HI girls,, and guys.. guess i thought girls would relate to this more.. but open to advice from all.. I started own business as a childmionder in august. and been really good and busy.. great.. but just last few weeks been really low and stressed.. to the point i had a panic attack.. nothing major just really shaky and got hot.. and very light headed.. and recognised the same thing happening at the same time the next day.. so opened a window and got on with it..

MArk bless him works really randoma dn long shifts, plus overtime, and he says even he gets given breaks during the day where as i dont.. from 8.30 until 6pm im with kids, even lunch break.. yeah manage to sneeak on here at times, whilst babes asleep..anyway.. feel its effecting my focus on gym training which has never ever happened to me before so im getting it sorted..chilling and priorities on things todo.. can anyone pass on some advice or tips etc.. especially the pamper things and quick fix nice things.. anything i guess!!!!

HAte the thought of not having a laugh at stuff.. and being moody..x female moody never!!


----------



## daviemci83 (Sep 7, 2009)

My fiancee works in a nursary and this works for her she puts lavinder oil on a hanky and if she is stresses brings it takes a couple of deep breaths and it seems to help calm her down a bit. Panic attacks are never good used to suffer from them myself so hope you get them sorted out. Hope thats of some help for you!


----------



## Wendy1466867972 (Aug 14, 2009)

thanks.. ive heard lavender is good for tons of things.. Its all about getting a balance, > just didnt want to sound like. oh wo is me!!! when Child minding kids go home, its then my own to sort and gym. etc... Been told for years to chill out and i worry too much..Someone said.. best advice they were given years ago.. you can only do what you can do.. and people need to accept that.. whatever age!!!!. thanks again.x


----------



## LeeB (Oct 5, 2011)

i always have alist of things in my head of what is important to me.... anything not on the list always comes last... its also important to sepnd time during the day thinking about the importnat things.... otherwise you feel like your neglacting them because of other things!!


----------



## webadmin1466867919 (Dec 1, 2006)

If your struggling it might be worth looking at getting some hired help even if its just for a few hours a day, if your working from home it can be hard to switch off at times!

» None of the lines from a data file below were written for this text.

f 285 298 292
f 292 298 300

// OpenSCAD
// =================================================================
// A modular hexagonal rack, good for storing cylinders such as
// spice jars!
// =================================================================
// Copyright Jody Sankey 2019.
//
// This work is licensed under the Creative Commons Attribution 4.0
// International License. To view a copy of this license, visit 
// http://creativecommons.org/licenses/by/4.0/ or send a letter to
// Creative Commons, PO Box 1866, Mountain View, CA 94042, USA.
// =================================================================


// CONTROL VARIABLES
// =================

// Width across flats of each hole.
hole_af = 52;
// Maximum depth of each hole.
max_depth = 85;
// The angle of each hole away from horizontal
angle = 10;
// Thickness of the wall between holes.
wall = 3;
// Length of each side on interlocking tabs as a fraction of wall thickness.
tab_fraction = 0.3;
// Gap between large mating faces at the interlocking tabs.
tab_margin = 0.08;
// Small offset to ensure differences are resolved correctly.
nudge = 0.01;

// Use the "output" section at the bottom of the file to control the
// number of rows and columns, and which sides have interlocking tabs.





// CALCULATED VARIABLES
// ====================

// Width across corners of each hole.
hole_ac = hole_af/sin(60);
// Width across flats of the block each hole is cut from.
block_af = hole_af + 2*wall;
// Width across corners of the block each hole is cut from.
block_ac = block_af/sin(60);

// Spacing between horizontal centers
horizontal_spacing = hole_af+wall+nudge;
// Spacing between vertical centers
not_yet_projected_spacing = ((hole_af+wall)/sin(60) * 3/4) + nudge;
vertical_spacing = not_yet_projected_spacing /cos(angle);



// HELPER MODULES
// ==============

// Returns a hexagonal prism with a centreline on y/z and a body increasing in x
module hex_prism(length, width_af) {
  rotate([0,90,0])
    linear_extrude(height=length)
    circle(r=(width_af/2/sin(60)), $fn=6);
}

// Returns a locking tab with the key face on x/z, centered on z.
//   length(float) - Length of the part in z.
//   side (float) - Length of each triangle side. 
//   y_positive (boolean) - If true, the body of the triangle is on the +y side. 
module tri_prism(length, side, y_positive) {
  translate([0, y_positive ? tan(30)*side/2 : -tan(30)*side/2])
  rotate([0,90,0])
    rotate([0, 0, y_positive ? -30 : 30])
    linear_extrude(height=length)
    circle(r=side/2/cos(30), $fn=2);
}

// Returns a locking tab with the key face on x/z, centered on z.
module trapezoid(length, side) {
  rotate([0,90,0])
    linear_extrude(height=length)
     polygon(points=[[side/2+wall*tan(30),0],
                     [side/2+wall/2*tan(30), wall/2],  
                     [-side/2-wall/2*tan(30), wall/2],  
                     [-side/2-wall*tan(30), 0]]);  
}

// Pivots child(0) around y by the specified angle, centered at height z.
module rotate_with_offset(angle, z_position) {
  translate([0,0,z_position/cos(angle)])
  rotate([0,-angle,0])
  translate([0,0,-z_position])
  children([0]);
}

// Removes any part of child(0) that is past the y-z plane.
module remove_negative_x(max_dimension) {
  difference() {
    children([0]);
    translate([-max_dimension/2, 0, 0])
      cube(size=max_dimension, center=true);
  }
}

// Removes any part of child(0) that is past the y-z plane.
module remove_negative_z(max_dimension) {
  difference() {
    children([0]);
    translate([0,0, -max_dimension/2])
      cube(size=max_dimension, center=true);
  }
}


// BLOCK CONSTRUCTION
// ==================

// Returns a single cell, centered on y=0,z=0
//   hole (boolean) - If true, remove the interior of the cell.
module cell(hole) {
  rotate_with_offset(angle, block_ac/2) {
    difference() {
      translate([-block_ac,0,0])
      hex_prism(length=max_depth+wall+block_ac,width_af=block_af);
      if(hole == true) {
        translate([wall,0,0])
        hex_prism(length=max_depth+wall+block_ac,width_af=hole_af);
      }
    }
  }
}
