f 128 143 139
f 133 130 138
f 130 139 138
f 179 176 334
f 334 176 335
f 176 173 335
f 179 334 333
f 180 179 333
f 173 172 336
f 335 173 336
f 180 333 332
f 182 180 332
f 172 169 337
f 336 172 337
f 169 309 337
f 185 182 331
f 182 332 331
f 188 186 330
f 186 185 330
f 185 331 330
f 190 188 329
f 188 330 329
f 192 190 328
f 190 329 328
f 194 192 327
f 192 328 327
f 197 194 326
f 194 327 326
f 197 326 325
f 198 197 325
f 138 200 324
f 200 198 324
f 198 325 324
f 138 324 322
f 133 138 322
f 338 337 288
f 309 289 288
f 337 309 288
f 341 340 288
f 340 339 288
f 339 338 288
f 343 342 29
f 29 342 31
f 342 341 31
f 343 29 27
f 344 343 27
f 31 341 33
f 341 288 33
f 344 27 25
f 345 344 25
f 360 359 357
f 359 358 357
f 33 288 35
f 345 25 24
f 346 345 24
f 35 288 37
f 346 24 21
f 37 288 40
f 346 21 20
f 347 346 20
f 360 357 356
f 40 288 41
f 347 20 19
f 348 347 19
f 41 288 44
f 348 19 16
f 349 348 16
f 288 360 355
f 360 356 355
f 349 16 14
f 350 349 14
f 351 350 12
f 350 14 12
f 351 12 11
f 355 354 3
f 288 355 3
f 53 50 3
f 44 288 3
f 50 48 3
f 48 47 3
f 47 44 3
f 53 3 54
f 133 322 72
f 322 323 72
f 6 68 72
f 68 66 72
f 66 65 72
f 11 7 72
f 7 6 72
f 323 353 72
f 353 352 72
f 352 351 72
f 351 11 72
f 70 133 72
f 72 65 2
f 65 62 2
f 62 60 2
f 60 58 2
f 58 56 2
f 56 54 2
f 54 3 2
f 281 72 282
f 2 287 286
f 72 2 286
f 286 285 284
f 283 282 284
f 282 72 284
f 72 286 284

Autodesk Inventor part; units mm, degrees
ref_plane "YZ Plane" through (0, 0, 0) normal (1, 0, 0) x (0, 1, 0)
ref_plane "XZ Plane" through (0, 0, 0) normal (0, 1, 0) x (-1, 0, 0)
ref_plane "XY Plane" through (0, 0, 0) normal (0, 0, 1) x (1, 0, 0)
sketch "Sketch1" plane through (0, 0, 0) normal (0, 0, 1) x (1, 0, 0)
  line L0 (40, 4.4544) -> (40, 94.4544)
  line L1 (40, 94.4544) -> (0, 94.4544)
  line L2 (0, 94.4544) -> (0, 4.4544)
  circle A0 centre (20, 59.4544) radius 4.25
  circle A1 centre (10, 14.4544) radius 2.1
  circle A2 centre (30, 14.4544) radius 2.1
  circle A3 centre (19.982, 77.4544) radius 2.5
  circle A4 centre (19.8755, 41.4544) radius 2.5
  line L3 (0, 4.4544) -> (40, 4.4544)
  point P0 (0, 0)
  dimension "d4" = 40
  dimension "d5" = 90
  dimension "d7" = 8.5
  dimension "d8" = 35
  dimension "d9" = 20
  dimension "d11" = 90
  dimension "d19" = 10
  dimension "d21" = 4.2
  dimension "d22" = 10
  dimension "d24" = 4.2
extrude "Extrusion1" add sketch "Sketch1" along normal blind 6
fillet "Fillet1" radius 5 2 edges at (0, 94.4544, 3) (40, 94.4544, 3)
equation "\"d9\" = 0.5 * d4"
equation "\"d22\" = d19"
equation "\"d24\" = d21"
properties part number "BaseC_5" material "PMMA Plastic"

I've read most of paul mckenna's hypnosis books and they have been helpful, here's one that might help the audio cds are good that I've tried:

Control Stress: Stop Worrying and Feel Good Now! Book and CD


----------



## Wendy1466867972 (Aug 14, 2009)

thanks alot guys, really grateful for your time on this.. I have been thinking about priorities over the weekend, and along with child minding i also do mobile hair dressing, used to teach hair and beauty before we moved.. and today for the first time ever.. i said no to someone asking for an appointment..

It was a brave step, but i thought no.. too many times i have sacrificed time away from my family to please others..

Also, made time for me.. amazing how a fake tan and painting your nails makes you feel tons better!!!


----------



## webadmin1466867919 (Dec 1, 2006)

Wendy said:


> along with child minding i also do mobile hair dressing, used to teach hair and beauty before we moved.. and today for the first time ever.. i said no to someone asking for an appointment..


When people are too busy then I believe its time to increase your prices so you can do less work for the same money!



Wendy said:


> Also, made time for me.. amazing how a fake tan and painting your nails makes you feel tons better!!!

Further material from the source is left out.